A Reliable Millimeter-Wave Quadrature Interferometer

M. Gilmore, W. Gekelman, K. Reiling, and W.A. Peebles

Institute of Plasma and Fusion Research, University of California, Los Angeles, California 90024

A simple, low-cost millimeter-wave (70 GHz) interferometer with a phase accuracy better than ± 2 degrees, and a response time of 10 ns is described. The simplicity of this interferometer makes it ideal for measurement of electron densities in laboratory or semiconductor processing plasmas. The relative high accuracy and low cost are attained by a homodyne system with a quadrature intermediate frequency (IF) mixer, now commercially available in millimeter-wave frequency bands. The design and construction of magnetic shielding for the system isolator, which may be required around magnetically-confined plasmas, is also described.

1. INTRODUCTION

Although Langmuir probes are able to measure normalized density profiles, they are unreliable for determining absolute density in the presence of strong (B > 500 Gauss) magnetic fields. Comparison of the density from either the electron or ion saturation currents can be a factor of three lower than densities derived from wave dispersion. In applications where the absolute density needs to be known an alternative technique must be employed. The measurement of wave dispersion is time consuming, however microwave interferometry can be an attractive alternative.

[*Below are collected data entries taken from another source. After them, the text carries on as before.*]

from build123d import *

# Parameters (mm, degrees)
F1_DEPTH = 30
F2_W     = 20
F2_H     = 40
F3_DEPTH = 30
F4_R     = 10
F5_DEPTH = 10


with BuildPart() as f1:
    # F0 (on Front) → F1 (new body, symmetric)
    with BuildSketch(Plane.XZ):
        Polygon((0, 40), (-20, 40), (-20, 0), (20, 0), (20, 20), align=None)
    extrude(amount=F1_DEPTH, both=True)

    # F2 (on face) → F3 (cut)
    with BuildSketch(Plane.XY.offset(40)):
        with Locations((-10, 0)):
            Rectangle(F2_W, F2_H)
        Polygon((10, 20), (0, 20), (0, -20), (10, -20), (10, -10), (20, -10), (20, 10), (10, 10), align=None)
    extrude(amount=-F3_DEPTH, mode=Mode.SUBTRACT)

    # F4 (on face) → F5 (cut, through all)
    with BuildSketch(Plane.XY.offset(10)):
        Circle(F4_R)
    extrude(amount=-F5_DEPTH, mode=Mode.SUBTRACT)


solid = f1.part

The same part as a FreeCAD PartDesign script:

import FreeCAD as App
import Part
import Sketcher

doc = App.newDocument("Part")
params = doc.addObject("Spreadsheet::Sheet", "Params")
for row, (alias, value) in enumerate([
    ("sketch1_width", "20 mm"),
    ("pad1_length", "60 mm"),
    ("sketch2_width", "30 mm"),
    ("sketch2_width2", "10 mm"),
    ("sketch2_height", "40 mm"),
    ("pocket1_length", "30 mm"),
    ("sketch3_diameter", "20 mm"),
], start=1):
    params.set(f"A{row}", alias)
    params.set(f"B{row}", "=" + value)
    params.setAlias(f"B{row}", alias)

body = doc.addObject("PartDesign::Body", "Body")

# Sketch on XZ plane
sketch1 = doc.addObject("Sketcher::SketchObject", "Sketch")
body.addObject(sketch1)
sketch1.AttachmentSupport = (doc.XZ_Plane, [""])
sketch1.MapMode = "FlatFace"
sketch1.addGeometry(Part.LineSegment(App.Vector(0, 40, 0), App.Vector(-20, 40, 0)), False)
sketch1.addGeometry(Part.LineSegment(App.Vector(-20, 40, 0), App.Vector(-20, 0, 0)), False)
sketch1.addGeometry(Part.LineSegment(App.Vector(-20, 0, 0), App.Vector(20, 0, 0)), False)
sketch1.addGeometry(Part.LineSegment(App.Vector(20, 0, 0), App.Vector(20, 20, 0)), False)
sketch1.addGeometry(Part.LineSegment(App.Vector(20, 20, 0), App.Vector(0, 40, 0)), False)
sketch1.addConstraint(Sketcher.Constraint("Coincident", 0, 2, 1, 1))
sketch1.addConstraint(Sketcher.Constraint("Coincident", 1, 2, 2, 1))
sketch1.addConstraint(Sketcher.Constraint("Coincident", 2, 2, 3, 1))
sketch1.addConstraint(Sketcher.Constraint("Coincident", 3, 2, 4, 1))
sketch1.addConstraint(Sketcher.Constraint("Coincident", 4, 2, 0, 1))
sketch1.addConstraint(Sketcher.Constraint("Horizontal", 0))
sketch1.addConstraint(Sketcher.Constraint("Vertical", 1))
sketch1.addConstraint(Sketcher.Constraint("Horizontal", 2))
sketch1.addConstraint(Sketcher.Constraint("Vertical", 3))
sketch1.addConstraint(Sketcher.Constraint("Symmetric", 1, 2, 2, 2, -1, 1))
sketch1.addConstraint(Sketcher.Constraint("PointOnObject", 4, 2, -2))
sketch1.addConstraint(Sketcher.Constraint("Equal", 2, 1))
sketch1.addConstraint(Sketcher.Constraint("Equal", 0, 3))
sketch1.addConstraint(Sketcher.Constraint("DistanceX", 0, 2, 0, 1, 20.0))
sketch1.setExpression("Constraints[13]", "Params.sketch1_width")
pad1 = doc.addObject("PartDesign::Pad", "Pad")
body.addObject(pad1)
pad1.Profile = sketch1
pad1.setExpression("Length", "Params.pad1_length")
pad1.Midplane = True

# Sketch on XY plane
sketch2 = doc.addObject("Sketcher::SketchObject", "Sketch001")
body.addObject(sketch2)
sketch2.AttachmentSupport = (doc.XY_Plane, [""])
sketch2.MapMode = "FlatFace"
sketch2.AttachmentOffset = App.Placement(App.Vector(0, 0, 40), App.Rotation())
sketch2.addGeometry(Part.LineSegment(App.Vector(-20, 20, 0), App.Vector(-20, -20, 0)), False)
sketch2.addGeometry(Part.LineSegment(App.Vector(-20, -20, 0), App.Vector(10, -20, 0)), False)
sketch2.addGeometry(Part.LineSegment(App.Vector(10, -20, 0), App.Vector(10, -10, 0)), False)
sketch2.addGeometry(Part.LineSegment(App.Vector(10, -10, 0), App.Vector(20, -10, 0)), False)
sketch2.addGeometry(Part.LineSegment(App.Vector(20, -10, 0), App.Vector(20, 10, 0)), False)
sketch2.addGeometry(Part.LineSegment(App.Vector(20, 10, 0), App.Vector(10, 10, 0)), False)
sketch2.addGeometry(Part.LineSegment(App.Vector(10, 10, 0), App.Vector(10, 20, 0)), False)
sketch2.addGeometry(Part.LineSegment(App.Vector(10, 20, 0), App.Vector(-20, 20, 0)), False)
sketch2.addConstraint(Sketcher.Constraint("Coincident", 0, 2, 1, 1))
sketch2.addConstraint(Sketcher.Constraint("Coincident", 1, 2, 2, 1))
sketch2.addConstraint(Sketcher.Constraint("Coincident", 2, 2, 3, 1))
sketch2.addConstraint(Sketcher.Constraint("Coincident", 3, 2, 4, 1))
sketch2.addConstraint(Sketcher.Constraint("Coincident", 4, 2, 5, 1))
sketch2.addConstraint(Sketcher.Constraint("Coincident", 5, 2, 6, 1))
sketch2.addConstraint(Sketcher.Constraint("Coincident", 6, 2, 7, 1))
sketch2.addConstraint(Sketcher.Constraint("Coincident", 7, 2, 0, 1))
sketch2.addConstraint(Sketcher.Constraint("Vertical", 0))
sketch2.addConstraint(Sketcher.Constraint("Horizontal", 1))
sketch2.addConstraint(Sketcher.Constraint("Vertical", 2))
sketch2.addConstraint(Sketcher.Constraint("Horizontal", 3))
sketch2.addConstraint(Sketcher.Constraint("Vertical", 4))
sketch2.addConstraint(Sketcher.Constraint("Horizontal", 5))
sketch2.addConstraint(Sketcher.Constraint("Vertical", 6))
sketch2.addConstraint(Sketcher.Constraint("Horizontal", 7))
sketch2.addConstraint(Sketcher.Constraint("Symmetric", 2, 2, 5, 2, -1))
sketch2.addConstraint(Sketcher.Constraint("Equal", 5, 2))
sketch2.addConstraint(Sketcher.Constraint("Equal", 2, 6))
sketch2.addConstraint(Sketcher.Constraint("DistanceX", 1, 1, 1, 2, 30.0))
sketch2.addConstraint(Sketcher.Constraint("DistanceX", 3, 1, 3, 2, 10.0))
sketch2.addConstraint(Sketcher.Constraint("DistanceY", 0, 2, 0, 1, 40.0))
sketch2.addConstraint(Sketcher.Constraint("DistanceX", 0, 2, -1, 1, 20.0))
sketch2.setExpression("Constraints[19]", "Params.sketch2_width")
sketch2.setExpression("Constraints[20]", "Params.sketch2_width2")
sketch2.setExpression("Constraints[21]", "Params.sketch2_height")
pocket1 = doc.addObject("PartDesign::Pocket", "Pocket")
body.addObject(pocket1)
pocket1.Profile = sketch2
pocket1.setExpression("Length", "Params.pocket1_length")

# Sketch on XY plane
sketch3 = doc.addObject("Sketcher::SketchObject", "Sketch002")
body.addObject(sketch3)
sketch3.AttachmentSupport = (doc.XY_Plane, [""])
sketch3.MapMode = "FlatFace"
sketch3.AttachmentOffset = App.Placement(App.Vector(0, 0, 10), App.Rotation())
sketch3.addGeometry(Part.Circle(App.Vector(0, 0, 0), App.Vector(0, 0, 1), 10), False)
sketch3.addConstraint(Sketcher.Constraint("Coincident", 0, 3, -1, 1))
sketch3.addConstraint(Sketcher.Constraint("Diameter", 0, 20.0))
sketch3.setExpression("Constraints[1]", "Params.sketch3_diameter")
pocket2 = doc.addObject("PartDesign::Pocket", "Pocket001")
body.addObject(pocket2)
pocket2.Profile = sketch3
pocket2.Type = "ThroughAll"

doc.recompute()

Many interferometry applications, such as the measurement of electron densities ne = 1017-1018 m-3 in plasmas ranging in size from a few centimeters (cm) to many tens of cm, are best handled at millimeter-wave frequencies. Typically, millimeter-wave interferometers have been either rather low resolution homodyne systems, more complicated frequency modulated homodyne systems [1], or high resolution heterodyne systems which are relatively expensive to construct [2]. In unmodulated homodyne systems utilizing a mixer with a single IF output, the output voltage is VIF = Acos(theta) Here A is the amplitude and q is the phase angle between the radio frequency (RF) and local oscillator (LO) inputs. Generally VIF is a function of both phase angle and RF power. Thus, there is ambiguity between amplitude and phase changes, and the user must resort to counting the number of 2 pi phase shifts (fringes), and estimating fractions of a fringe. Additionally, there is no information available from the interferometer as to whether the phase difference is increasing or decreasing. This can be a problem, for example, in plasmas that initially increase in density, and drop before reaching steady state.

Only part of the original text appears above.